Revise the `Router` plugin API (proposal [070](./070-routing-api.md)) so that a request on a
broker-bound connection is, by default, forwarded to the broker that endpoint already represents,
and a router declares only the API keys it needs to **intercept**. Replaces `staticRoutes()`.

Addresses the gaps raised in
[kroxylicious#4177](https://github.com/kroxylicious/kroxylicious/issues/4177).

## Current situation

Proposal [070](./070-routing-api.md) introduced the `Router` plugin with `staticRoutes()`:

```java
interface Router {
CompletionStage<RouterResponse> onRequest(short apiVersion, ApiKeys apiKey,
RequestHeaderData header, ApiMessage request, RouterContext context);

default Map<ApiKeys, String> staticRoutes() { return Map.of(); }
}
```

`staticRoutes()` maps `ApiKeys -> route name`; those keys are forwarded as opaque frames to the
named route, bypassing `onRequest()`. Every other key is dynamically routed. In the current
implementation `onRequest()` is not yet wired, so an API key absent from `staticRoutes()` throws.

## Motivation

Three problems with `staticRoutes()`, drawn from
[kroxylicious#4177](https://github.com/kroxylicious/kroxylicious/issues/4177):

1. **The useful default was lost.** Before routing, every broker was a virtual endpoint and traffic
to that endpoint _always_ flowed to the upstream broker it represents (`b0.proxy -> b0.cluster0`,
`b10000.proxy -> b0.cluster1`). `staticRoutes()` makes a router opt _into_ forwarding by listing
API keys, instead of inheriting that default.

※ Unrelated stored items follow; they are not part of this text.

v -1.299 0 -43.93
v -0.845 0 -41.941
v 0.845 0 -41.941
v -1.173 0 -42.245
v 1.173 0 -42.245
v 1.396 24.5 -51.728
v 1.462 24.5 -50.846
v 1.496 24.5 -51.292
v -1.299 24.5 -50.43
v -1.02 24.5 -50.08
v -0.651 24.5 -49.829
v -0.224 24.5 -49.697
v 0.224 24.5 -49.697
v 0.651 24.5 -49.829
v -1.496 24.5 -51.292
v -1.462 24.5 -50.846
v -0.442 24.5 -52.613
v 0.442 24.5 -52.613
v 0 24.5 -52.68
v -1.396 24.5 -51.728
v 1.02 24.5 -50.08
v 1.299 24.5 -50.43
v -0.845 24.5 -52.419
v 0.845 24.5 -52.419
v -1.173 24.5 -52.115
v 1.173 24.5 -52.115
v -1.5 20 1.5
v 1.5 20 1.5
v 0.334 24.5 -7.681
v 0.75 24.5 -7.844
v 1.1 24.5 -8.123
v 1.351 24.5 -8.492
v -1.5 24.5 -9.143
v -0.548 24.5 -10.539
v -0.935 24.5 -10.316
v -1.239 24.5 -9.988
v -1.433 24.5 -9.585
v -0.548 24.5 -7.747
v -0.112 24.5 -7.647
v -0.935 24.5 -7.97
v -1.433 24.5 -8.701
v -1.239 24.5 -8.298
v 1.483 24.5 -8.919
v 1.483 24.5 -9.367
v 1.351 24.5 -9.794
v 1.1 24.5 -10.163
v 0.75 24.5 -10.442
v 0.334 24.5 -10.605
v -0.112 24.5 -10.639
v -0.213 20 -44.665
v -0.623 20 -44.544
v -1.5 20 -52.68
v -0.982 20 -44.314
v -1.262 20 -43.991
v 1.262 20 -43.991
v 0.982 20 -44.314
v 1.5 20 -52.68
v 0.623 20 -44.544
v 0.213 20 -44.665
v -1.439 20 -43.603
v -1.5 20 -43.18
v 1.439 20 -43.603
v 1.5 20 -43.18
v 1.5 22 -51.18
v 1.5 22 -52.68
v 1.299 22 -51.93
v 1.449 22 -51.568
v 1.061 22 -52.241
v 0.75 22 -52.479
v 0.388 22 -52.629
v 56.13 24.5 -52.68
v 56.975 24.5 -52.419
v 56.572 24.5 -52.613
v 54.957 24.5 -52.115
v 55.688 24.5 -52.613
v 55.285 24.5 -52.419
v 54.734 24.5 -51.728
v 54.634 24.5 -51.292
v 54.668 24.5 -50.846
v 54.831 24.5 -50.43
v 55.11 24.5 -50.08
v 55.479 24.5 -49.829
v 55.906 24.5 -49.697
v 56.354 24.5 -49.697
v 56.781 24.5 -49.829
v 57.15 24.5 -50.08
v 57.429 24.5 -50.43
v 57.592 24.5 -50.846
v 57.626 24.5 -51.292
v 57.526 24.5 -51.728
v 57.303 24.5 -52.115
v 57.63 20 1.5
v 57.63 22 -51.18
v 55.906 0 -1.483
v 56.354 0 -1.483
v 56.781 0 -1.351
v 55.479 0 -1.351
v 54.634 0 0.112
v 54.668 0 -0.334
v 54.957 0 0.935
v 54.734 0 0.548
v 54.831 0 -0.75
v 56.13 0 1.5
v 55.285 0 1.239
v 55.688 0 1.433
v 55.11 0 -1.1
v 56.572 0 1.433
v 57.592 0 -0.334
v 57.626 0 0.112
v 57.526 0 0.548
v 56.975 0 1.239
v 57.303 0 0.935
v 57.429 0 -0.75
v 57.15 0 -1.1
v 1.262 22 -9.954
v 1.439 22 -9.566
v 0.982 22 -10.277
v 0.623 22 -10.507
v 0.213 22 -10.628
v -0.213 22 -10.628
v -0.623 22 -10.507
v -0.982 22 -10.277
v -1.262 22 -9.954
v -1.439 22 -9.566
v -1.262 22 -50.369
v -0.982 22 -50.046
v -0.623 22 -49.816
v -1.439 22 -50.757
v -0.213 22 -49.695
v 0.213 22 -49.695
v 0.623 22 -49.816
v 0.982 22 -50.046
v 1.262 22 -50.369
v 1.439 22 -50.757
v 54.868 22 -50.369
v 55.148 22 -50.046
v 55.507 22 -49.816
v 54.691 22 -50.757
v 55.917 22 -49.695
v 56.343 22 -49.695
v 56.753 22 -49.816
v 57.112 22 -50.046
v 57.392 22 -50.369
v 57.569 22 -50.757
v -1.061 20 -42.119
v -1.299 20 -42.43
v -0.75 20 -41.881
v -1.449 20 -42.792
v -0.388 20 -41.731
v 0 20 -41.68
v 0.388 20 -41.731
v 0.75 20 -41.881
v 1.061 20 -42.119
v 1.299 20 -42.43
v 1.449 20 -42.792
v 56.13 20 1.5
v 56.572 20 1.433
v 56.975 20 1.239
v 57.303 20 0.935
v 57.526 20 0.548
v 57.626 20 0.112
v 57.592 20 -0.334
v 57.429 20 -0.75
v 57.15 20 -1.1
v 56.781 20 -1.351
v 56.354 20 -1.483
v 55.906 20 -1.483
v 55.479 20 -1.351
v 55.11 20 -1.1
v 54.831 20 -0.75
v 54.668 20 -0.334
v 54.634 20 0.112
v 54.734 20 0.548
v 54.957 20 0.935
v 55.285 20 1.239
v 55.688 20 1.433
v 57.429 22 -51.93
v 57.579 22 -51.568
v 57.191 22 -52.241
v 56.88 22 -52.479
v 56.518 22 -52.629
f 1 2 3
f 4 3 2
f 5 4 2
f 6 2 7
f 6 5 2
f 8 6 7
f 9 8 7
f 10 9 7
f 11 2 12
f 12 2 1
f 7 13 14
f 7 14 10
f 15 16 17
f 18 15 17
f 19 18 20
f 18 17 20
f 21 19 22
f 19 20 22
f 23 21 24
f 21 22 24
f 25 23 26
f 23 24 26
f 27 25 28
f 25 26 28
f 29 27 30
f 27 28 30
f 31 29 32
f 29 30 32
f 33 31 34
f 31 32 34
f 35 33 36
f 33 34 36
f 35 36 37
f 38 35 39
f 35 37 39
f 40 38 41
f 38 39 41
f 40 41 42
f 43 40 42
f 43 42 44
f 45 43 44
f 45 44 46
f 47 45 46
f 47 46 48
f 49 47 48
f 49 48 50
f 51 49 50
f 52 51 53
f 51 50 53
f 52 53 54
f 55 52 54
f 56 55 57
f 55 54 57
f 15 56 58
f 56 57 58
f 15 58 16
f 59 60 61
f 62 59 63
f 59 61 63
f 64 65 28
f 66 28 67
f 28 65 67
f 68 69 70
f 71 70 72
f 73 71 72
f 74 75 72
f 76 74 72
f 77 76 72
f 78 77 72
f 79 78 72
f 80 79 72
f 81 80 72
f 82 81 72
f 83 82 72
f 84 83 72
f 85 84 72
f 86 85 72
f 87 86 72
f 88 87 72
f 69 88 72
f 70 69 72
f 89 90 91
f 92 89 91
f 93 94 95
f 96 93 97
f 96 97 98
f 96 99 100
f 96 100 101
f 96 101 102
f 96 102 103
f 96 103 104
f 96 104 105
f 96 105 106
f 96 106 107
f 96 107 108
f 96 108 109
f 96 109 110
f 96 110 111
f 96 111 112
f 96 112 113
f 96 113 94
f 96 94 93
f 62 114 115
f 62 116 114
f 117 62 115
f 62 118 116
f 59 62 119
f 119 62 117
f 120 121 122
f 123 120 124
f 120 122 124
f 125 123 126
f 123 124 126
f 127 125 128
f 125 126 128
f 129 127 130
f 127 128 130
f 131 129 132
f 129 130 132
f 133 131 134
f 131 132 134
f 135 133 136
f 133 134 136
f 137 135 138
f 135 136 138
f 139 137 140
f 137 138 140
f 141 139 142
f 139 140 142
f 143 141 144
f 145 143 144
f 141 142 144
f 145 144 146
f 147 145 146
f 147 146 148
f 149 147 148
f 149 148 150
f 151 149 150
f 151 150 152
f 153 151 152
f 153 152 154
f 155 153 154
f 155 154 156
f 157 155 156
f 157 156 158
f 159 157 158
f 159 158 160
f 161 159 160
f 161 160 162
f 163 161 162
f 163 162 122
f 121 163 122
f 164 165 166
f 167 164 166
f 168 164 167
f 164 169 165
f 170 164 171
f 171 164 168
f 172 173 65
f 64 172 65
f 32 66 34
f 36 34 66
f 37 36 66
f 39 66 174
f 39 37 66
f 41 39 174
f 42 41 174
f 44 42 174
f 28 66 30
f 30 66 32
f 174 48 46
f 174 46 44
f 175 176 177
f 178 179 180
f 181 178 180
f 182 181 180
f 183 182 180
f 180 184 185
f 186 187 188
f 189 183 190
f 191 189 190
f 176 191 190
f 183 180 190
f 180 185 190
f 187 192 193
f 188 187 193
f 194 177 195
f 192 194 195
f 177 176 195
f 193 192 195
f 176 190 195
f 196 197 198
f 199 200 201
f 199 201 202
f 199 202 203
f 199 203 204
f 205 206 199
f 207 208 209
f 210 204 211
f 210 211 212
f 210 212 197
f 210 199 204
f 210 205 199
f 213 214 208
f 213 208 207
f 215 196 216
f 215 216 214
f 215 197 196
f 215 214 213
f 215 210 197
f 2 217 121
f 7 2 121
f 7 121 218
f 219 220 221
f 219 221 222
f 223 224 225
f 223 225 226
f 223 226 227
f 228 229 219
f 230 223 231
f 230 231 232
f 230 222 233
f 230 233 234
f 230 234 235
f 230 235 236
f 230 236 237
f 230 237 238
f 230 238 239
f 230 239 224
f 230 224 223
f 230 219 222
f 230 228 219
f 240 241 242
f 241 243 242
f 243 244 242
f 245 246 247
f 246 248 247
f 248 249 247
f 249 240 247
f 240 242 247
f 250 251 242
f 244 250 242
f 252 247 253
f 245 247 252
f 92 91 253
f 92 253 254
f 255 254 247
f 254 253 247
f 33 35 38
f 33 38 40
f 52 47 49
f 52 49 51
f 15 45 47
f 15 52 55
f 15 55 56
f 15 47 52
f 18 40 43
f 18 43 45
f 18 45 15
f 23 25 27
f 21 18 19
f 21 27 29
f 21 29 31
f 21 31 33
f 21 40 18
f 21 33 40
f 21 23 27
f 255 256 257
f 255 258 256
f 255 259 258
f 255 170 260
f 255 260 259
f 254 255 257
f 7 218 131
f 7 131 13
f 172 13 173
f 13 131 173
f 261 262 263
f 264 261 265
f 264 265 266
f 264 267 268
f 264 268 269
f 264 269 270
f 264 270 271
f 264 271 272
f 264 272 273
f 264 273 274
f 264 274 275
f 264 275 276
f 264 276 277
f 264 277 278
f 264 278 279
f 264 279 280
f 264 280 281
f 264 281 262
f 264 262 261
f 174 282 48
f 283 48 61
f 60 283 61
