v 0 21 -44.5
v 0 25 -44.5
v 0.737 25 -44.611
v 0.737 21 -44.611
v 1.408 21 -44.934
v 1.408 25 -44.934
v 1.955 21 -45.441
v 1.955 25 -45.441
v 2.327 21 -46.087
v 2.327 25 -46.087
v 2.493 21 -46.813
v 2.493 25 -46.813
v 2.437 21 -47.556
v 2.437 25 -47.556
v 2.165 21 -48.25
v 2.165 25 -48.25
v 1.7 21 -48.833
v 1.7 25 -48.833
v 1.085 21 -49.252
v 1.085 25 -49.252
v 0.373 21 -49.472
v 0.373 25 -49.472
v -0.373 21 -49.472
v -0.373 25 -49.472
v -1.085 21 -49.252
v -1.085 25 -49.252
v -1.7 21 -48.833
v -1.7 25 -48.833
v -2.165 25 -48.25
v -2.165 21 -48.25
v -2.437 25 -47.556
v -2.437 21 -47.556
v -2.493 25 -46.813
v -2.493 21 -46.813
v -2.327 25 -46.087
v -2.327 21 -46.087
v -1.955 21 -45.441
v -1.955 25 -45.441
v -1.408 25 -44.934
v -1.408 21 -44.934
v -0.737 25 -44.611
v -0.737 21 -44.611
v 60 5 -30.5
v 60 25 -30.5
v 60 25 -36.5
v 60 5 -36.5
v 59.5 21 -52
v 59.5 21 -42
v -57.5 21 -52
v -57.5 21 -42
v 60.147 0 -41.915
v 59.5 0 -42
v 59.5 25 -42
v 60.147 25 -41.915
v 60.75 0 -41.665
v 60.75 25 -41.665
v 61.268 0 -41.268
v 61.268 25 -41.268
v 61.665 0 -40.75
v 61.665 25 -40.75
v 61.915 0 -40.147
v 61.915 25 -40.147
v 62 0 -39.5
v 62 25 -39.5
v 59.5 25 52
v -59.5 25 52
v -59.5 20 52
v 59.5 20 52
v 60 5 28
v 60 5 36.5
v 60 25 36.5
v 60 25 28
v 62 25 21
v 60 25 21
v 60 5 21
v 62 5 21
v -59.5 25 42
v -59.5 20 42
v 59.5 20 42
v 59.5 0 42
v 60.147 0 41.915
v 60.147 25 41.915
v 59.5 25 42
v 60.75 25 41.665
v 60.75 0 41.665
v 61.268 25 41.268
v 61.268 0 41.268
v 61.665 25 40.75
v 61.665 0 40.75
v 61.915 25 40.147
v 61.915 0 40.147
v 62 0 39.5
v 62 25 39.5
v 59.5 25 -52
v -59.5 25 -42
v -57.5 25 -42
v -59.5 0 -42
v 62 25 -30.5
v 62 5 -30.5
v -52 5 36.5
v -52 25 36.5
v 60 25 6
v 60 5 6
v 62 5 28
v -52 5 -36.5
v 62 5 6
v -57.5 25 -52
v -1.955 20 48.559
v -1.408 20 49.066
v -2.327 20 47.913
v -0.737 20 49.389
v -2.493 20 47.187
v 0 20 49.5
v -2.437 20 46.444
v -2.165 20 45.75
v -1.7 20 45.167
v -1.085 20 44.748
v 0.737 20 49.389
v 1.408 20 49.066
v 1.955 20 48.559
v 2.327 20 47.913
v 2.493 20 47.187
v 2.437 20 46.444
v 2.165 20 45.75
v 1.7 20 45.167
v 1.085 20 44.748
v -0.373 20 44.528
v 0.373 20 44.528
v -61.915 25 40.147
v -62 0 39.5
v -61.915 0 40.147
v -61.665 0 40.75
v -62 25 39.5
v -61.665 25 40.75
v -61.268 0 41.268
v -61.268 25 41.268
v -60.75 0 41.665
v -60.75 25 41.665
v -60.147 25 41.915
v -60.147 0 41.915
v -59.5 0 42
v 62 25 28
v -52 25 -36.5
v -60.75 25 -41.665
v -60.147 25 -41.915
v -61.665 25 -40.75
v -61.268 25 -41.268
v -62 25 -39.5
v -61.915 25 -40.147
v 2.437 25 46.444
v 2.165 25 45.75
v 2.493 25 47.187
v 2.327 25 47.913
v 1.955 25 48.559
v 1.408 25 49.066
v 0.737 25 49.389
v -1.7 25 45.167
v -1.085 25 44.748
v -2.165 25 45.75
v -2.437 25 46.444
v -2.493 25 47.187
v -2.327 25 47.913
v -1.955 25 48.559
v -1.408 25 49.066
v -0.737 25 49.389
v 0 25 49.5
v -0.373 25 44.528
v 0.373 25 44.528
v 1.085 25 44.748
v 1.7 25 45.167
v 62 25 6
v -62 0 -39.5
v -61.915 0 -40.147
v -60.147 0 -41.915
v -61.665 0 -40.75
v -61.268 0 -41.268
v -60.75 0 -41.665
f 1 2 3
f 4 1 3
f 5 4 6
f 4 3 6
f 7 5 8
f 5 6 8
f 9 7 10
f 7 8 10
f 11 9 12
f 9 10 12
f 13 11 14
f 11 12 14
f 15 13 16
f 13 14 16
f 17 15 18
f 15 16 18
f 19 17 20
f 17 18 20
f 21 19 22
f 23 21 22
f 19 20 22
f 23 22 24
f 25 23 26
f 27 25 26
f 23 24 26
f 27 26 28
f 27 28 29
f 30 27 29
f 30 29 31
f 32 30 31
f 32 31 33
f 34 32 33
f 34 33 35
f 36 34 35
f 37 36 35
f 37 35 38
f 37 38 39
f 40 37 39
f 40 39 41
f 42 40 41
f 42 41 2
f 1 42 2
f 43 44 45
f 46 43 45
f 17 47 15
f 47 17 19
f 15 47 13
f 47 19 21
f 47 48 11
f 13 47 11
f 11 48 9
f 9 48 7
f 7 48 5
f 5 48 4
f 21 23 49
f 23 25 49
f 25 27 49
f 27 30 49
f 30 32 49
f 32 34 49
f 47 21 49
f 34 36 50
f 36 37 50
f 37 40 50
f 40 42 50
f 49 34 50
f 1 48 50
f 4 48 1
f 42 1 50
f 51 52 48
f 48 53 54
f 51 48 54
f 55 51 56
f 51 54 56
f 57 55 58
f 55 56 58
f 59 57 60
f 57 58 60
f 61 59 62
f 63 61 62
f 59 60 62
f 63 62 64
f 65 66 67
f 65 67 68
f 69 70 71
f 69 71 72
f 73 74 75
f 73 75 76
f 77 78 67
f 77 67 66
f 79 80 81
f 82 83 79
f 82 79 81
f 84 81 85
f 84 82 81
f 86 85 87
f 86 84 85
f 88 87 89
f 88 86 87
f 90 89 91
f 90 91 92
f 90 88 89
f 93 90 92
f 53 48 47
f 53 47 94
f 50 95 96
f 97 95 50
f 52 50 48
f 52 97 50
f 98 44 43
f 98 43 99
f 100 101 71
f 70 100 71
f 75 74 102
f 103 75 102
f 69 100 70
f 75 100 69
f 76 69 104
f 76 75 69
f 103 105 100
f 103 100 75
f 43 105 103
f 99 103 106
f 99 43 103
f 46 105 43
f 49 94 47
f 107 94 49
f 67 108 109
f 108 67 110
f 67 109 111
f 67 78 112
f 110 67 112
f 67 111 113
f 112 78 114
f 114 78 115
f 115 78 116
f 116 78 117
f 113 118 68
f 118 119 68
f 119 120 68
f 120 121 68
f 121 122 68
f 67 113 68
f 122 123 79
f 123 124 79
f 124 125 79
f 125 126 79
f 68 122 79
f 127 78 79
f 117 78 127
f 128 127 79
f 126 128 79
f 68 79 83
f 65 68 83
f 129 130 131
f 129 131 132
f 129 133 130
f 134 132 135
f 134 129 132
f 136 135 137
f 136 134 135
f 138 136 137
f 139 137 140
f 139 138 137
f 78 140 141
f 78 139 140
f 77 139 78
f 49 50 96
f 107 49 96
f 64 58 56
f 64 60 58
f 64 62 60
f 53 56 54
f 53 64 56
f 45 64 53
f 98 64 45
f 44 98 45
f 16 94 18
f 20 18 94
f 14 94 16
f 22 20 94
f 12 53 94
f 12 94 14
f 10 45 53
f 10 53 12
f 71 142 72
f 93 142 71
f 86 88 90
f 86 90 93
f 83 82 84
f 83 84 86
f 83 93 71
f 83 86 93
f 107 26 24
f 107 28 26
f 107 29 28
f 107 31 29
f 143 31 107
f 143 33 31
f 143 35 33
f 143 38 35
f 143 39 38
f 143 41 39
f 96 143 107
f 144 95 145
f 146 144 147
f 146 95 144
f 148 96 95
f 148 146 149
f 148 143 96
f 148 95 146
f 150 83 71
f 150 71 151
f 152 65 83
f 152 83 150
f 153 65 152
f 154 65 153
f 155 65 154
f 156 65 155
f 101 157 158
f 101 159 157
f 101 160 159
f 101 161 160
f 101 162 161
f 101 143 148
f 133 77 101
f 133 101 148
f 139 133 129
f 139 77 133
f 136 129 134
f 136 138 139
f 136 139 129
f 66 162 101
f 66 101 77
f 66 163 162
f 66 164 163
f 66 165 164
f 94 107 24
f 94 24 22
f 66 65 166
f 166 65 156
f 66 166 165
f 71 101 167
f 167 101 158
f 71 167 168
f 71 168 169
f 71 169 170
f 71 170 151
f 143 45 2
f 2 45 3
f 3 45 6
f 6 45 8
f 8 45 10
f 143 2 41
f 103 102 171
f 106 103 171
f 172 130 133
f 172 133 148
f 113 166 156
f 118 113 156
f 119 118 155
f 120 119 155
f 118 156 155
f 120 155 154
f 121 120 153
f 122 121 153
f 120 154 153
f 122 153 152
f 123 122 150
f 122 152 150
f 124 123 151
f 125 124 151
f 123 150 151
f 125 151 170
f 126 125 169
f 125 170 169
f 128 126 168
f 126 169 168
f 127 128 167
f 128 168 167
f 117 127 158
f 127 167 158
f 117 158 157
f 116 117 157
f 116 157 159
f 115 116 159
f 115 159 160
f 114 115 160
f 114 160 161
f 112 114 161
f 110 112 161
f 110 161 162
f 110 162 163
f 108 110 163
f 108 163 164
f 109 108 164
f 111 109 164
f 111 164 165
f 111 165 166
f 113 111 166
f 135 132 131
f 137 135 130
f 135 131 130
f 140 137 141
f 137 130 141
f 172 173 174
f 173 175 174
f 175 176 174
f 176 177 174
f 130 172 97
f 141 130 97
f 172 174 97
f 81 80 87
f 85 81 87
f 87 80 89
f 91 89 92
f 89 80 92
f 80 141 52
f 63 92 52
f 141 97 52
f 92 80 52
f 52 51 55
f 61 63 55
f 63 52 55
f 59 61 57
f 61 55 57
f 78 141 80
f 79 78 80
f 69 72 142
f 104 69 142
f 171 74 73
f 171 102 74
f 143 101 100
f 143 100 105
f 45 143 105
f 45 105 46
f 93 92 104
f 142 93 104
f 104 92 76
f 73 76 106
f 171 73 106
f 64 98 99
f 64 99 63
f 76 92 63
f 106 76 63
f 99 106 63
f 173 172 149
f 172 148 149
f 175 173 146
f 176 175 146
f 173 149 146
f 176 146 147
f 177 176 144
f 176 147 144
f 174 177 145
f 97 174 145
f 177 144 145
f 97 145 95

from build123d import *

# Parameters (mm, degrees)
SKETCH1_W           = 124
SKETCH1_H           = 84
BOSS_EXTRUDE1_DEPTH = 25
SKETCH2_W           = 112
SKETCH2_H           = 73
CUT_EXTRUDE1_DEPTH  = 20
SKETCH4_W           = 2
SKETCH4_H           = 7
SKETCH4_H_2         = 36.5
CUT_EXTRUDE2_DEPTH  = 20
FILLET1_R           = 2.5
SKETCH5_W           = 119
SKETCH5_H           = 5
BOSS_EXTRUDE2_DEPTH = 10
SKETCH6_W           = 117
SKETCH6_H           = 4
BOSS_EXTRUDE3_DEPTH = 10
SKETCH7_R           = 2.5
CUT_EXTRUDE3_DEPTH  = 85.693565281


with BuildPart() as part:
    # Sketch1 → Boss-Extrude1 (new body)
    with BuildSketch(Plane(origin=(0, 0, 0), x_dir=(1, 0, 0), z_dir=(0, 1, 0))):
        Rectangle(SKETCH1_W, SKETCH1_H)
    extrude(amount=BOSS_EXTRUDE1_DEPTH)

    # Sketch2 → Cut-Extrude1 (cut)
    with BuildSketch(Plane(origin=(0, 25, 0), x_dir=(1, 0, 0), z_dir=(0, 1, 0))):
        with Locations((4, 0)):
            Rectangle(SKETCH2_W, SKETCH2_H)
    extrude(amount=-CUT_EXTRUDE1_DEPTH, mode=Mode.SUBTRACT)

    # Sketch4 → Cut-Extrude2 (cut)
    with BuildSketch(Plane(origin=(0, 25, 0), x_dir=(1, 0, 0), z_dir=(0, 1, 0))):
        with Locations((61, -24.5)):
            Rectangle(SKETCH4_W, SKETCH4_H)
        with Locations((61, 12.25)):
            Rectangle(SKETCH4_W, SKETCH4_H_2)
    extrude(amount=-CUT_EXTRUDE2_DEPTH, mode=Mode.SUBTRACT)

    # Fillet1
    fillet1_edges = [part.edges().sort_by_distance(p)[0] for p in [
        (62, 12.5, 42),
        (-62, 12.5, 42),
        (-62, 12.5, -42),
        (62, 12.5, -42),
    ]]
    fillet(fillet1_edges, radius=FILLET1_R)

    # Sketch5 → Boss-Extrude2 (add)
    with BuildSketch(Plane.XY.offset(42)):
        with Locations((0, 22.5)):
            Rectangle(SKETCH5_W, SKETCH5_H)
    extrude(amount=BOSS_EXTRUDE2_DEPTH)

    # Sketch6 → Boss-Extrude3 (add)
    with BuildSketch(Plane(origin=(0, 0, -42), x_dir=(-1, 0, 0), z_dir=(0, 0, -1))):
        with Locations((-1, 23)):
            Rectangle(SKETCH6_W, SKETCH6_H)
    extrude(amount=BOSS_EXTRUDE3_DEPTH)

    # Sketch7 → Cut-Extrude3 (cut, through all)
    with BuildSketch(Plane(origin=(0, 25, 0), x_dir=(1, 0, 0), z_dir=(0, 1, 0))):
        with Locations(Location((0, 47, 0), (0, 0, 270))):
            Circle(SKETCH7_R)
        with Locations(Location((0, -47, 0), (0, 0, 270))):
            Circle(SKETCH7_R)
    extrude(amount=-CUT_EXTRUDE3_DEPTH, mode=Mode.SUBTRACT)


solid = part.part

2. **Scope mismatch.** `staticRoutes()` is a fixed `ApiKeys -> route name` map, but `Router`
instances are per-connection. A route name cannot express "forward to the broker _this connection_
represents" — that target (`virtualNode()`) is only known per connection.

3. **No router can populate the map usefully.** For a pass-through router it means enumerating ~80
keys; for client-id, subject, or topic routers it is empty or near-empty, because nothing can be
pinned to a route purely by API key. The map either lists everything (bad DX) or returns `{}`.

## Proposal

Invert the model: the runtime forwards a bound connection's traffic to its assigned broker by
default; a router declares only what it must **intercept**.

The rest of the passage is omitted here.